TASK MATERIAL START
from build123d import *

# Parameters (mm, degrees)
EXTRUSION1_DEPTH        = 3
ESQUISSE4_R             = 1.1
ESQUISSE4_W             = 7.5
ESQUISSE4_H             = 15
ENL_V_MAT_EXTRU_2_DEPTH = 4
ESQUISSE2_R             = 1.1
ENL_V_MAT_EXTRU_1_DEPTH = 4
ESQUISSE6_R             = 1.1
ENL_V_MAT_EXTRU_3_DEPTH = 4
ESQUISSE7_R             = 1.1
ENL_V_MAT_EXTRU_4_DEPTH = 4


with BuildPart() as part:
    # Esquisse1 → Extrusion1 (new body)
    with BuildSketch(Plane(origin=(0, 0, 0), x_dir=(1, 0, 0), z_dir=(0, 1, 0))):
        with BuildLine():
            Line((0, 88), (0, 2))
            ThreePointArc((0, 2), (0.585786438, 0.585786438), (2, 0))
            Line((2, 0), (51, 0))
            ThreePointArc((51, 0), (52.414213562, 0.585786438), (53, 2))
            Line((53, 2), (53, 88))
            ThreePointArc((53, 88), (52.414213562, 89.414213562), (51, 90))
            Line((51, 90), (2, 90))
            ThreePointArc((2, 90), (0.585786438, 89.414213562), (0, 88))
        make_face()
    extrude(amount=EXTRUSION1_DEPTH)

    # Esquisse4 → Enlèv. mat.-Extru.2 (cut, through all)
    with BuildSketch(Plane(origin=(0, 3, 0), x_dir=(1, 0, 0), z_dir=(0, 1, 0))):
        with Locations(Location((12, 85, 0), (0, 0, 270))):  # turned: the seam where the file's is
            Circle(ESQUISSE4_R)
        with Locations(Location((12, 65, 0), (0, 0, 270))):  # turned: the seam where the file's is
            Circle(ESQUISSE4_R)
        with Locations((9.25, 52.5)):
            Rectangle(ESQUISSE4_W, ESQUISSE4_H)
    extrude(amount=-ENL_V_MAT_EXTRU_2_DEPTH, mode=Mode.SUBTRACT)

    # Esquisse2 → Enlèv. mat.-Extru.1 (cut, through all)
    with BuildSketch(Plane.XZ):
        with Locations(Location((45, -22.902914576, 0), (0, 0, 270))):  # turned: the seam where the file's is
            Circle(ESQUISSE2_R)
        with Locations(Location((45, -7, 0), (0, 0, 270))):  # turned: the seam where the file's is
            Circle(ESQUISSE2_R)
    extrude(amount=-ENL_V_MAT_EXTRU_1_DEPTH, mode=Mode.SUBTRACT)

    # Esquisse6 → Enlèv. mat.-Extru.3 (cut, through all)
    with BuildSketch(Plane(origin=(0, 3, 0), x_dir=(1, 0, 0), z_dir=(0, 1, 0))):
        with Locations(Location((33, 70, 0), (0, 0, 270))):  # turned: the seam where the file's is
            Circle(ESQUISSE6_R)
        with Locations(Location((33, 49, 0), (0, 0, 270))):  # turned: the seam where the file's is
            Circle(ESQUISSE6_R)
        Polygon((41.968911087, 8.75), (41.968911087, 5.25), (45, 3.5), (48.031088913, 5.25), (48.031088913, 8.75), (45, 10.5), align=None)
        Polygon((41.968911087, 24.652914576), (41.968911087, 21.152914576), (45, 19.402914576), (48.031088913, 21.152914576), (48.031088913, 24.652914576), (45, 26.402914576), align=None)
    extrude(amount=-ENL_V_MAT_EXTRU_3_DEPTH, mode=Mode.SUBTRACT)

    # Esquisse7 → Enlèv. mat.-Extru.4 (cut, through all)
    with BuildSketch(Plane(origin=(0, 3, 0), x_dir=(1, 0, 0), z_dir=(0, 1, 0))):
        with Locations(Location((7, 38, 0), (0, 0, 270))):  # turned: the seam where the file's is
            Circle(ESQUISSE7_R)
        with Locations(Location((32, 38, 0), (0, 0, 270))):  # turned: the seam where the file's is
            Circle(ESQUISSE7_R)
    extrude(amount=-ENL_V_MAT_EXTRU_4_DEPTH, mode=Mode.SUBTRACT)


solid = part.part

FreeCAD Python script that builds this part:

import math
import FreeCAD as App
import Part
import Sketcher

V = App.Vector
Q = App.Units.Quantity


def add_polygon(sketch, points):
    """Adds a closed chain of lines whose ends are joined by coincident constraints."""
    first, n = sketch.GeometryCount, len(points)
    for a, b in zip(points, points[1:] + points[:1]):
        sketch.addGeometry(Part.LineSegment(App.Vector(*a, 0), App.Vector(*b, 0)), False)
    for i in range(n):
        sketch.addConstraint(Sketcher.Constraint("Coincident", first + i, 2, first + (i + 1) % n, 1))

doc = App.newDocument("Part")
body = doc.addObject("PartDesign::Body", "Body")

sketch1 = body.newObject("Sketcher::SketchObject", "Sketch")
sketch1.AttachmentSupport = (doc.getObject("XZ_Plane"), [""])
sketch1.MapMode = "FlatFace"
sketch1.addGeometry(Part.LineSegment(V(0, -88, 0), V(0, -2, 0)), False)
sketch1.addGeometry(Part.ArcOfCircle(Part.Circle(V(2, -2, 0), V(0, 0, 1), 2), math.radians(90), math.radians(180)), False)
sketch1.addGeometry(Part.LineSegment(V(2, 0, 0), V(51, 0, 0)), False)
sketch1.addGeometry(Part.ArcOfCircle(Part.Circle(V(51, -2, 0), V(0, 0, 1), 2), math.radians(0), math.radians(90)), False)
sketch1.addGeometry(Part.LineSegment(V(53, -2, 0), V(53, -88, 0)), False)
sketch1.addGeometry(Part.ArcOfCircle(Part.Circle(V(51, -88, 0), V(0, 0, 1), 2), math.radians(-90), math.radians(0)), False)
sketch1.addGeometry(Part.LineSegment(V(51, -90, 0), V(2, -90, 0)), False)
sketch1.addGeometry(Part.ArcOfCircle(Part.Circle(V(2, -88, 0), V(0, 0, 1), 2), math.radians(-180), math.radians(-90)), False)
sketch1.addConstraint(Sketcher.Constraint("Tangent", 0, 2, 1, 2))
sketch1.addConstraint(Sketcher.Constraint("Tangent", 1, 1, 2, 1))
sketch1.addConstraint(Sketcher.Constraint("Tangent", 2, 2, 3, 2))
sketch1.addConstraint(Sketcher.Constraint("Tangent", 3, 1, 4, 1))
sketch1.addConstraint(Sketcher.Constraint("Tangent", 4, 2, 5, 2))
sketch1.addConstraint(Sketcher.Constraint("Tangent", 5, 1, 6, 1))
sketch1.addConstraint(Sketcher.Constraint("Tangent", 6, 2, 7, 2))
sketch1.addConstraint(Sketcher.Constraint("Tangent", 7, 1, 0, 1))
sketch1.addConstraint(Sketcher.Constraint("Vertical", 0))
sketch1.addConstraint(Sketcher.Constraint("Horizontal", 2))
sketch1.addConstraint(Sketcher.Constraint("Vertical", 4))
sketch1.addConstraint(Sketcher.Constraint("Horizontal", 6))
sketch1.addConstraint(Sketcher.Constraint("Equal", 1, 3))
sketch1.addConstraint(Sketcher.Constraint("Equal", 3, 5))
sketch1.addConstraint(Sketcher.Constraint("Equal", 5, 7))
sketch1.addConstraint(Sketcher.Constraint("PointOnObject", 0, 2, -2))
sketch1.addConstraint(Sketcher.Constraint("PointOnObject", 1, 1, -1))
sketch1.addConstraint(Sketcher.Constraint("Radius", 1, 2.0))
sketch1.addConstraint(Sketcher.Constraint("DistanceX", 2, 1, 2, 2, 49.0))
sketch1.addConstraint(Sketcher.Constraint("DistanceY", 0, 1, 0, 2, 86.0))
pad1 = body.newObject("PartDesign::Pad", "Pad")
pad1.Profile = sketch1
pad1.Length = 3
pad1.Reversed = True

sketch2 = body.newObject("Sketcher::SketchObject", "Sketch001")
sketch2.AttachmentSupport = (doc.getObject("XZ_Plane"), [""])
sketch2.MapMode = "FlatFace"
sketch2.AttachmentOffset = App.Placement(V(0, 0, -3), App.Rotation())
sketch2.addGeometry(Part.Circle(V(12, -85, 0), V(0, 0, 1), 1.1), False)
sketch2.addGeometry(Part.Circle(V(12, -65, 0), V(0, 0, 1), 1.1), False)
add_polygon(sketch2, [(5.5, -60), (5.5, -45), (13, -45), (13, -60)])
sketch2.addConstraint(Sketcher.Constraint("Vertical", 2))
sketch2.addConstraint(Sketcher.Constraint("Horizontal", 3))
sketch2.addConstraint(Sketcher.Constraint("Vertical", 4))
sketch2.addConstraint(Sketcher.Constraint("Horizontal", 5))
sketch2.addConstraint(Sketcher.Constraint("Equal", 0, 1))
sketch2.addConstraint(Sketcher.Constraint("Vertical", 0, 3, 1, 3))
sketch2.addConstraint(Sketcher.Constraint("Diameter", 0, 2.2))
sketch2.addConstraint(Sketcher.Constraint("DistanceY", 2, 1, 2, 2, 15.0))
sketch2.addConstraint(Sketcher.Constraint("DistanceX", 3, 1, 3, 2, 7.5))
sketch2.addConstraint(Sketcher.Constraint("DistanceX", -1, 1, 0, 3, 12.0))
sketch2.addConstraint(Sketcher.Constraint("DistanceY", 0, 3, -1, 1, 85.0))
sketch2.addConstraint(Sketcher.Constraint("DistanceY", 1, 3, -1, 1, 65.0))
sketch2.addConstraint(Sketcher.Constraint("DistanceY", 2, 2, -1, 1, 45.0))
sketch2.addConstraint(Sketcher.Constraint("DistanceX", -1, 1, 3, 2, 13.0))
pocket1 = body.newObject("PartDesign::Pocket", "Pocket")
pocket1.Profile = sketch2
pocket1.Type = "ThroughAll"
pocket1.Reversed = True

sketch3 = body.newObject("Sketcher::SketchObject", "Sketch002")
sketch3.AttachmentSupport = (doc.getObject("XZ_Plane"), [""])
sketch3.MapMode = "FlatFace"
sketch3.addGeometry(Part.Circle(V(45, -22.9, 0), V(0, 0, 1), 1.1), False)
sketch3.addGeometry(Part.Circle(V(45, -7, 0), V(0, 0, 1), 1.1), False)
sketch3.addConstraint(Sketcher.Constraint("Equal", 0, 1))
sketch3.addConstraint(Sketcher.Constraint("Vertical", 0, 3, 1, 3))
sketch3.addConstraint(Sketcher.Constraint("Diameter", 0, 2.2))
sketch3.addConstraint(Sketcher.Constraint("DistanceX", -1, 1, 0, 3, 45.0))
sketch3.addConstraint(Sketcher.Constraint("DistanceY", 1, 3, -1, 1, 7.0))
sketch3.addConstraint(Sketcher.Constraint("DistanceY", 0, 3, -1, 1, 22.902915))
pocket2 = body.newObject("PartDesign::Pocket", "Pocket001")
pocket2.Profile = sketch3
pocket2.Type = "ThroughAll"

sketch4 = body.newObject("Sketcher::SketchObject", "Sketch003")
sketch4.AttachmentSupport = (doc.getObject("XZ_Plane"), [""])
sketch4.MapMode = "FlatFace"
sketch4.AttachmentOffset = App.Placement(V(0, 0, -3), App.Rotation())
sketch4.addGeometry(Part.Circle(V(33, -70, 0), V(0, 0, 1), 1.1), False)
sketch4.addGeometry(Part.Circle(V(33, -49, 0), V(0, 0, 1), 1.1), False)
add_polygon(sketch4, [(42, -8.8), (42, -5.2), (45, -3.5), (48, -5.2), (48, -8.8), (45, -10.5)])
add_polygon(sketch4, [(42, -24.7), (42, -21.2), (45, -19.4), (48, -21.2), (48, -24.7), (45, -26.4)])
sketch4.addConstraint(Sketcher.Constraint("Vertical", 2))
sketch4.addConstraint(Sketcher.Constraint("Vertical", 5))
sketch4.addConstraint(Sketcher.Constraint("Vertical", 8))
sketch4.addConstraint(Sketcher.Constraint("Vertical", 11))
sketch4.addConstraint(Sketcher.Constraint("Equal", 0, 1))
sketch4.addConstraint(Sketcher.Constraint("Parallel", 3, 6))
sketch4.addConstraint(Sketcher.Constraint("Parallel", 4, 7))
sketch4.addConstraint(Sketcher.Constraint("Parallel", 6, 9))
sketch4.addConstraint(Sketcher.Constraint("Parallel", 7, 10))
sketch4.addConstraint(Sketcher.Constraint("Parallel", 9, 12))
sketch4.addConstraint(Sketcher.Constraint("Parallel", 10, 13))
sketch4.addConstraint(Sketcher.Constraint("Horizontal", 2, 2, 4, 2))
sketch4.addConstraint(Sketcher.Constraint("Horizontal", 5, 2, 7, 2))
sketch4.addConstraint(Sketcher.Constraint("Horizontal", 8, 2, 10, 2))
sketch4.addConstraint(Sketcher.Constraint("Horizontal", 11, 2, 13, 2))
sketch4.addConstraint(Sketcher.Constraint("Vertical", 0, 3, 1, 3))
sketch4.addConstraint(Sketcher.Constraint("Vertical", 3, 2, 6, 2))
sketch4.addConstraint(Sketcher.Constraint("Vertical", 7, 2, 8, 2))
sketch4.addConstraint(Sketcher.Constraint("Vertical", 6, 2, 9, 2))
sketch4.addConstraint(Sketcher.Constraint("Equal", 5, 8))
sketch4.addConstraint(Sketcher.Constraint("Diameter", 0, 2.2))
sketch4.addConstraint(Sketcher.Constraint("Angle", 3, Q("30 deg")))
sketch4.addConstraint(Sketcher.Constraint("DistanceY", 2, 1, 2, 2, 3.5))
sketch4.addConstraint(Sketcher.Constraint("DistanceX", -1, 1, 0, 3, 33.0))
sketch4.addConstraint(Sketcher.Constraint("DistanceY", 0, 3, -1, 1, 70.0))
sketch4.addConstraint(Sketcher.Constraint("DistanceY", 1, 3, -1, 1, 49.0))
sketch4.addConstraint(Sketcher.Constraint("DistanceX", -1, 1, 3, 2, 45.0))
sketch4.addConstraint(Sketcher.Constraint("DistanceY", 6, 2, 3, 2, 7.0))
sketch4.addConstraint(Sketcher.Constraint("DistanceY", 3, 2, -1, 1, 3.5))
sketch4.addConstraint(Sketcher.Constraint("DistanceY", 8, 2, -1, 1, 21.152915))
pocket3 = body.newObject("PartDesign::Pocket", "Pocket002")
pocket3.Profile = sketch4
pocket3.Type = "ThroughAll"
pocket3.Reversed = True

sketch5 = body.newObject("Sketcher::SketchObject", "Sketch004")
sketch5.AttachmentSupport = (doc.getObject("XZ_Plane"), [""])
sketch5.MapMode = "FlatFace"
sketch5.AttachmentOffset = App.Placement(V(0, 0, -3), App.Rotation())
sketch5.addGeometry(Part.Circle(V(7, -38, 0), V(0, 0, 1), 1.1), False)
sketch5.addGeometry(Part.Circle(V(32, -38, 0), V(0, 0, 1), 1.1), False)
sketch5.addConstraint(Sketcher.Constraint("Equal", 0, 1))
sketch5.addConstraint(Sketcher.Constraint("Horizontal", 0, 3, 1, 3))
sketch5.addConstraint(Sketcher.Constraint("Diameter", 0, 2.2))
sketch5.addConstraint(Sketcher.Constraint("DistanceX", -1, 1, 0, 3, 7.0))
sketch5.addConstraint(Sketcher.Constraint("DistanceY", 0, 3, -1, 1, 38.0))
sketch5.addConstraint(Sketcher.Constraint("DistanceX", -1, 1, 1, 3, 32.0))
pocket4 = body.newObject("PartDesign::Pocket", "Pocket003")
pocket4.Profile = sketch5
pocket4.Type = "ThroughAll"
pocket4.Reversed = True

doc.recompute()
TASK MATERIAL END
WHAT YOU WILL DO >>
Return a copy of each line of the material that holds the word "None".

ANSWER SECTION >>
        Polygon((41.968911087, 8.75), (41.968911087, 5.25), (45, 3.5), (48.031088913, 5.25), (48.031088913, 8.75), (45, 10.5), align=None)
        Polygon((41.968911087, 24.652914576), (41.968911087, 21.152914576), (45, 19.402914576), (48.031088913, 21.152914576), (48.031088913, 24.652914576), (45, 26.402914576), align=None)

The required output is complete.